Software has been moving to the cloud for its more agile operating environment. It has also allowed people to access things from anywhere, which is relevant in our current work-from-home environment. This trend has been in place for 10 to 15 years, but it is accelerating out of necessity right now.

Trollope described Five9 as providing the platform clients need to connect and engage with their customers. Their software aims to replace legacy PBX phone systems, which many will be familiar with as the “push 1 for this, push 2 for that” when you call someone for service. 

Trollope believes most people do not like the customer service they typically receive and that they expect the worst when calling contact centers.

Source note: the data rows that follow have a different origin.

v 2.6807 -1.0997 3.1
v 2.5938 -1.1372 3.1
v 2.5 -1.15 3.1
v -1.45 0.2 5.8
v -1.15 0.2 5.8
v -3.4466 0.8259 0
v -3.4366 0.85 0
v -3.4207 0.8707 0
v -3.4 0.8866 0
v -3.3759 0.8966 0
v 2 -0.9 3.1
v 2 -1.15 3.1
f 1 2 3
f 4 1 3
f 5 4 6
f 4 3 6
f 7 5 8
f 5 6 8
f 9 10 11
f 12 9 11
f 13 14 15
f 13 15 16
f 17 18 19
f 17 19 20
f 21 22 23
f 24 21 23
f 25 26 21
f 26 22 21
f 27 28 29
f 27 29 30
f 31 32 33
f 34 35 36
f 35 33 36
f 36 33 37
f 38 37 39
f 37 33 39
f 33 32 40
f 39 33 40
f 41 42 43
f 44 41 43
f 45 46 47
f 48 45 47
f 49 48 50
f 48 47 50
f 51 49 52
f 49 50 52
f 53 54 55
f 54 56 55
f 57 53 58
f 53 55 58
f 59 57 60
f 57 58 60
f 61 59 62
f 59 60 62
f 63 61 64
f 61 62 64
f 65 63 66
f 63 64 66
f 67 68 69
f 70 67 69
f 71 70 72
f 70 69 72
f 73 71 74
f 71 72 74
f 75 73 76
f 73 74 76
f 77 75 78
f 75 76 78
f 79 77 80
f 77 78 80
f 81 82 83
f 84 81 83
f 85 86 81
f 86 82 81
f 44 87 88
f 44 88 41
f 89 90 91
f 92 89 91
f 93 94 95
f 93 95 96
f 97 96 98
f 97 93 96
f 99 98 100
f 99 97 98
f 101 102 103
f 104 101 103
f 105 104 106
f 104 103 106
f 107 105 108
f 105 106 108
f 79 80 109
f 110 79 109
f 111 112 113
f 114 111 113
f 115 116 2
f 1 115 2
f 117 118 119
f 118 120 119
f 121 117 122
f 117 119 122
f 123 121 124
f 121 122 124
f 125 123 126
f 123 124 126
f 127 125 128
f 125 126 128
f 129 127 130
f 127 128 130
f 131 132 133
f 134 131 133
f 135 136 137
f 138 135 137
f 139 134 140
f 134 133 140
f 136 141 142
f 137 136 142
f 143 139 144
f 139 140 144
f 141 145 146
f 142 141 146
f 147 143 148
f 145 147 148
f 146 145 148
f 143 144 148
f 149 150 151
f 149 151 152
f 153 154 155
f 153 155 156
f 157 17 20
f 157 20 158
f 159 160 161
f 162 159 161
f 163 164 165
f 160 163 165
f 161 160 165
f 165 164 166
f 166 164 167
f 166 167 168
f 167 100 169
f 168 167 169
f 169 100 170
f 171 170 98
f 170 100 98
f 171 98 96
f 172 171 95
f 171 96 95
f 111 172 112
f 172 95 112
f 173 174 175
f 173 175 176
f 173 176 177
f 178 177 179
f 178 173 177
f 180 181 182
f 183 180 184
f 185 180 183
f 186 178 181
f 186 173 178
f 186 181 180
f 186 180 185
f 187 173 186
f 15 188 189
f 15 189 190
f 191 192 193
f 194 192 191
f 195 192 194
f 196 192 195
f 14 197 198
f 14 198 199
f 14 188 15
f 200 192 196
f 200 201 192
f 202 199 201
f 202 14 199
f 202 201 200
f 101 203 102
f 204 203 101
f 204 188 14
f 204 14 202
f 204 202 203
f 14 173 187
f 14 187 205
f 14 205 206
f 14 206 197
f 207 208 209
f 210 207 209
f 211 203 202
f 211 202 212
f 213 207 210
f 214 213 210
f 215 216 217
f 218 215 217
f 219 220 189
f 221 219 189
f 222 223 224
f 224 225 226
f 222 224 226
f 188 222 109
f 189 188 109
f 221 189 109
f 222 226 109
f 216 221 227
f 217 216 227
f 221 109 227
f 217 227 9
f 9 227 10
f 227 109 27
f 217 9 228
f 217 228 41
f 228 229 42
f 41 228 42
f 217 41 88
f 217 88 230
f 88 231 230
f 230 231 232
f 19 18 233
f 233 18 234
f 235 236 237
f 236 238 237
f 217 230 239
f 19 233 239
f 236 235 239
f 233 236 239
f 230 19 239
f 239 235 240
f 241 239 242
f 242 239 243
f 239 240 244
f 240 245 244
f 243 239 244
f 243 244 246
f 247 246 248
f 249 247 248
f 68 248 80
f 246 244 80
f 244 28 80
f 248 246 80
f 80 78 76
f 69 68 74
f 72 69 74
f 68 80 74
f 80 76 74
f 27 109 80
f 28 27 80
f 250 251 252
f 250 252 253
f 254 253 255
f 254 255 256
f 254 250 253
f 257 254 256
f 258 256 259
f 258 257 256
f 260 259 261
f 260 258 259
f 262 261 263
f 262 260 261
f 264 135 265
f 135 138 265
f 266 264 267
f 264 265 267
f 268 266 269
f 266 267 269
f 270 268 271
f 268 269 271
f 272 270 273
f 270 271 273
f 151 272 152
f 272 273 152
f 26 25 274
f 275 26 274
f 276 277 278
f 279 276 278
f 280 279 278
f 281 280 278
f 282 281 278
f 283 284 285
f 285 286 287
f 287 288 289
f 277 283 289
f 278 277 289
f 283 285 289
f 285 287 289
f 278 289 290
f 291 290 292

There are 16 million people employed worldwide in contact centers, with $24 billion spent annually on legacy technology that no one likes. Adding in labor costs, close to $0.25 trillion is spent on this bad customer experience every year. Adding Google AI services on top, Five9 helps companies leverage their incoming call center data to be more efficient in terms of labor expenditure as well.

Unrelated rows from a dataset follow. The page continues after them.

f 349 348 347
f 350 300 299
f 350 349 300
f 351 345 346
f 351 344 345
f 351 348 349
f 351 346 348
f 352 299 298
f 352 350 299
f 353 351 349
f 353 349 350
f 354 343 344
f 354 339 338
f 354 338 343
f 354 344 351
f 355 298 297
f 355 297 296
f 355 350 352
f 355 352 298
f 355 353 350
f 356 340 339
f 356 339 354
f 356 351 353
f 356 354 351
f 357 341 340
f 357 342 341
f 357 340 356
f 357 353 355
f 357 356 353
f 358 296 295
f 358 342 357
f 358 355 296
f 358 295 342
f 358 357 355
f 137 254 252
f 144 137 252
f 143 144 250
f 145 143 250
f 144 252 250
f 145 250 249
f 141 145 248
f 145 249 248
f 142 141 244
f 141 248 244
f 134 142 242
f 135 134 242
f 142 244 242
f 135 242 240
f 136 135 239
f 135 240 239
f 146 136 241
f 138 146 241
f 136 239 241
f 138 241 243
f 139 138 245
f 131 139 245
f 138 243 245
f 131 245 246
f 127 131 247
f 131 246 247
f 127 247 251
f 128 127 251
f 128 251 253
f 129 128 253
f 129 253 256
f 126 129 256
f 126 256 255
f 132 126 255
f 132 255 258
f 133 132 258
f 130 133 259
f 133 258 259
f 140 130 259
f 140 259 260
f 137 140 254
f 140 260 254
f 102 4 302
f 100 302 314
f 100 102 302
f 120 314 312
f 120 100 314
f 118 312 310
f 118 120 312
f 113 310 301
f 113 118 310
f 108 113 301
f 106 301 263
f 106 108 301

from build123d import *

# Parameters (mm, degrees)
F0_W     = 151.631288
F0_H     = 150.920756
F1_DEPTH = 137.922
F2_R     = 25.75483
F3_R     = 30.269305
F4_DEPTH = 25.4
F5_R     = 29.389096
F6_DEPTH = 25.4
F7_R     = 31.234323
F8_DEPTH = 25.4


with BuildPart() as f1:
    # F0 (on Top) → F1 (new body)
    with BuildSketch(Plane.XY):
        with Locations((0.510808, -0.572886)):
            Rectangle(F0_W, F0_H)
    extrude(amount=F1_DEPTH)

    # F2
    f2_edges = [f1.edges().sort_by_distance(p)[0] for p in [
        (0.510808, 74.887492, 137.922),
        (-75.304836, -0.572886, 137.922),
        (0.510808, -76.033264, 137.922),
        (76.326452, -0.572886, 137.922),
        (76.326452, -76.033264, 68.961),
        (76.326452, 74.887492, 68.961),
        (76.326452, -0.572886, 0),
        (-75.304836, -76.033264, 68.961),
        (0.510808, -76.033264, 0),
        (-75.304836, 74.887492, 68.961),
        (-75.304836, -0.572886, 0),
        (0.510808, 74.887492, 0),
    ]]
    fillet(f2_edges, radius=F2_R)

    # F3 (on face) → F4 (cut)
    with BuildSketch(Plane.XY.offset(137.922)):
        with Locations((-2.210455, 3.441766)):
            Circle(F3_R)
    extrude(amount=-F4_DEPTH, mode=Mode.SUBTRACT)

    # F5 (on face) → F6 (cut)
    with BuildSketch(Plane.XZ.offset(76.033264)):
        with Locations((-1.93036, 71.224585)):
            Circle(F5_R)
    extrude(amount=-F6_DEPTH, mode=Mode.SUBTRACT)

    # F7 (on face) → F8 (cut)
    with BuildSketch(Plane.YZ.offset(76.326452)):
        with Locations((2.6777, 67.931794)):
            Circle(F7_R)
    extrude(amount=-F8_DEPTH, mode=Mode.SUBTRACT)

“Home-shoring” has been happening in call centers for a while, but within two weeks of the pandemic hitting, 100% of people using Five9 software were working from home—and they may never go back. 

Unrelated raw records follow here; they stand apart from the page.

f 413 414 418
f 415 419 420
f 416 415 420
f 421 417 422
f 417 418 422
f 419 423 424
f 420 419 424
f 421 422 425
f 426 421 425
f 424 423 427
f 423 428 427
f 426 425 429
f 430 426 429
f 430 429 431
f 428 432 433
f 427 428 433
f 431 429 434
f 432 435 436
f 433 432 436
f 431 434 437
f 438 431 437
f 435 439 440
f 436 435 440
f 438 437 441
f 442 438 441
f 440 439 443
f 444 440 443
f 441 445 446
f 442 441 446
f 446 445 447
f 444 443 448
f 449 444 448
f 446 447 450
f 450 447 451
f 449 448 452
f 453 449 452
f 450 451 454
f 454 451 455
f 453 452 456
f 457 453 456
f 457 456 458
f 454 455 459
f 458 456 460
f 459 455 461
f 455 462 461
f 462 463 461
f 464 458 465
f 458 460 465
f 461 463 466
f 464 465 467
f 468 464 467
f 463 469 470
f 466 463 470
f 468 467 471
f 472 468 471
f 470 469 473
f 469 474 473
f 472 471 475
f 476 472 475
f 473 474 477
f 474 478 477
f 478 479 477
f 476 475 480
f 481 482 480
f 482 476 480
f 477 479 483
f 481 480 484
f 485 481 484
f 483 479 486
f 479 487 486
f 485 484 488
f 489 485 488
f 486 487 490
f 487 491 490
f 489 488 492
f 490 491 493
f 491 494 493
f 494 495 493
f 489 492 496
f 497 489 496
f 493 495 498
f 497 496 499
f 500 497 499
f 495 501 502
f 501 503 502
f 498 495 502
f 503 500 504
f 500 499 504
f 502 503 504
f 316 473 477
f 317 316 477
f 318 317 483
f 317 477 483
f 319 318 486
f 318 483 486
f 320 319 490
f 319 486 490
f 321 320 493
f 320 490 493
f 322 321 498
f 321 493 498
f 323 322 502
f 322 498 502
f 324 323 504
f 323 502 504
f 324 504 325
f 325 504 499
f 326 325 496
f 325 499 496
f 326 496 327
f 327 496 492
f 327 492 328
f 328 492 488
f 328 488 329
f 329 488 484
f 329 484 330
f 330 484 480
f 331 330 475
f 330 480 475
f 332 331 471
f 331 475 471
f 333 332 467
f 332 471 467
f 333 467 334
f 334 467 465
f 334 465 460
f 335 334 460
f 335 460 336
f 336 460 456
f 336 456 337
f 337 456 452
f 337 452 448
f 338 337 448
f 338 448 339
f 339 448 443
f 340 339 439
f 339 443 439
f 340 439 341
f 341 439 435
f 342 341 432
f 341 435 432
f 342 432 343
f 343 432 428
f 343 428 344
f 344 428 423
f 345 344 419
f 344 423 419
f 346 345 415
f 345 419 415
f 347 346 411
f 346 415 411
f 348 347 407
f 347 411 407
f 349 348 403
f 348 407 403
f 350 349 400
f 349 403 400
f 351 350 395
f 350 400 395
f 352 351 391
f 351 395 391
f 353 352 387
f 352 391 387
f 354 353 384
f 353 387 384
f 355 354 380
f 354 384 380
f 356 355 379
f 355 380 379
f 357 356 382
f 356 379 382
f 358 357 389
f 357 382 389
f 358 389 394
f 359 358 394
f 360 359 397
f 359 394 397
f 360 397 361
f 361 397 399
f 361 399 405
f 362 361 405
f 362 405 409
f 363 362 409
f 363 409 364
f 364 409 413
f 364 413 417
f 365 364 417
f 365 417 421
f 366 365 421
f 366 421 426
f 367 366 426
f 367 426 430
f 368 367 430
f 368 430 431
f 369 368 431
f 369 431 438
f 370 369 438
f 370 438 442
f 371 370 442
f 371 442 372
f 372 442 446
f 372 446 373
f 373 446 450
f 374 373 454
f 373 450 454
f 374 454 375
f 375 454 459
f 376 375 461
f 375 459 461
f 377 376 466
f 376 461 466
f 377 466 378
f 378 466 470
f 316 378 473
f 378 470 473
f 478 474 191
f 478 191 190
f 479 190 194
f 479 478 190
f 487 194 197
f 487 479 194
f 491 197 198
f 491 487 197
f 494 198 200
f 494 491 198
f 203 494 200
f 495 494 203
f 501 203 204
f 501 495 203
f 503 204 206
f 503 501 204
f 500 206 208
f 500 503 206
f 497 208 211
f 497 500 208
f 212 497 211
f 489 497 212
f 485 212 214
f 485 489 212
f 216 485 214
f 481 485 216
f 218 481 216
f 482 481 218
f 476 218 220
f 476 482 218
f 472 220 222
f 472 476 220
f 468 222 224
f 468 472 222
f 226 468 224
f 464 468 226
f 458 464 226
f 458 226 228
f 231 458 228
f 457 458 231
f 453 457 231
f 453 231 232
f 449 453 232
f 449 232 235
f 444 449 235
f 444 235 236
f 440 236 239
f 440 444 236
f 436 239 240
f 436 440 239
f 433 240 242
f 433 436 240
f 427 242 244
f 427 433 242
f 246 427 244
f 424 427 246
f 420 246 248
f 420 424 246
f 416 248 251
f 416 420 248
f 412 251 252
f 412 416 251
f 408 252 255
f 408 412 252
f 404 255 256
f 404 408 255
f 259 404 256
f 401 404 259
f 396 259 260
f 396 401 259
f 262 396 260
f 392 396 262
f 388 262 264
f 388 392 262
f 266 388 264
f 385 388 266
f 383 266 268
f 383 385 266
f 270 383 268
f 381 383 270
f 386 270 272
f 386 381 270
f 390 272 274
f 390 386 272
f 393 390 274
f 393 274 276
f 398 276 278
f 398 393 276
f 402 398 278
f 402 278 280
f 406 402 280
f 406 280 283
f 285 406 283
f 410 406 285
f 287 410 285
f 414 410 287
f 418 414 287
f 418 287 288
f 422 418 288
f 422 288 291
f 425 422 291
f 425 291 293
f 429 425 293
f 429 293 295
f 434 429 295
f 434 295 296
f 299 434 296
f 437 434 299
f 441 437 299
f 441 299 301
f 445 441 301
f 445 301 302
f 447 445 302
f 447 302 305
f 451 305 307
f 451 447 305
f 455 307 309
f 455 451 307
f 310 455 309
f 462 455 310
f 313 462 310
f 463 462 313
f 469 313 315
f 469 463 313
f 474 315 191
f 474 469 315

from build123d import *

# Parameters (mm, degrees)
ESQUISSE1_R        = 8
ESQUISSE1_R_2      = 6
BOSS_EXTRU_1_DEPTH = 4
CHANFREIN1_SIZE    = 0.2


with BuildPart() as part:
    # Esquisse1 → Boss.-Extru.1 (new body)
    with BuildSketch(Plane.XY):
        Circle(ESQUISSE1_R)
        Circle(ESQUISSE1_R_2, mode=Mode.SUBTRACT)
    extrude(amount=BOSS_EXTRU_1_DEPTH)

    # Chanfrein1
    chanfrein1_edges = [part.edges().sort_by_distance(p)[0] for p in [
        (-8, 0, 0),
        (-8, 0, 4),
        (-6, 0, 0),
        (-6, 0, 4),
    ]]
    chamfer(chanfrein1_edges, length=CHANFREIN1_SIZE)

Trollope’s largest client, with 5,000 customer service agents, plans to keep 80% of their workforce working from home. Trollope sees this improving the overall call center experience, with turnover likely going down, as agents are happier working from home.

Rule of 40, a Measure of Efficient Growth

The Rule of 40 adds revenue growth to a free cash flow or enterprise margin. Five9 achieves a nice balance between profitability and growth, with growth rates in the high 20s while also delivering healthy profits.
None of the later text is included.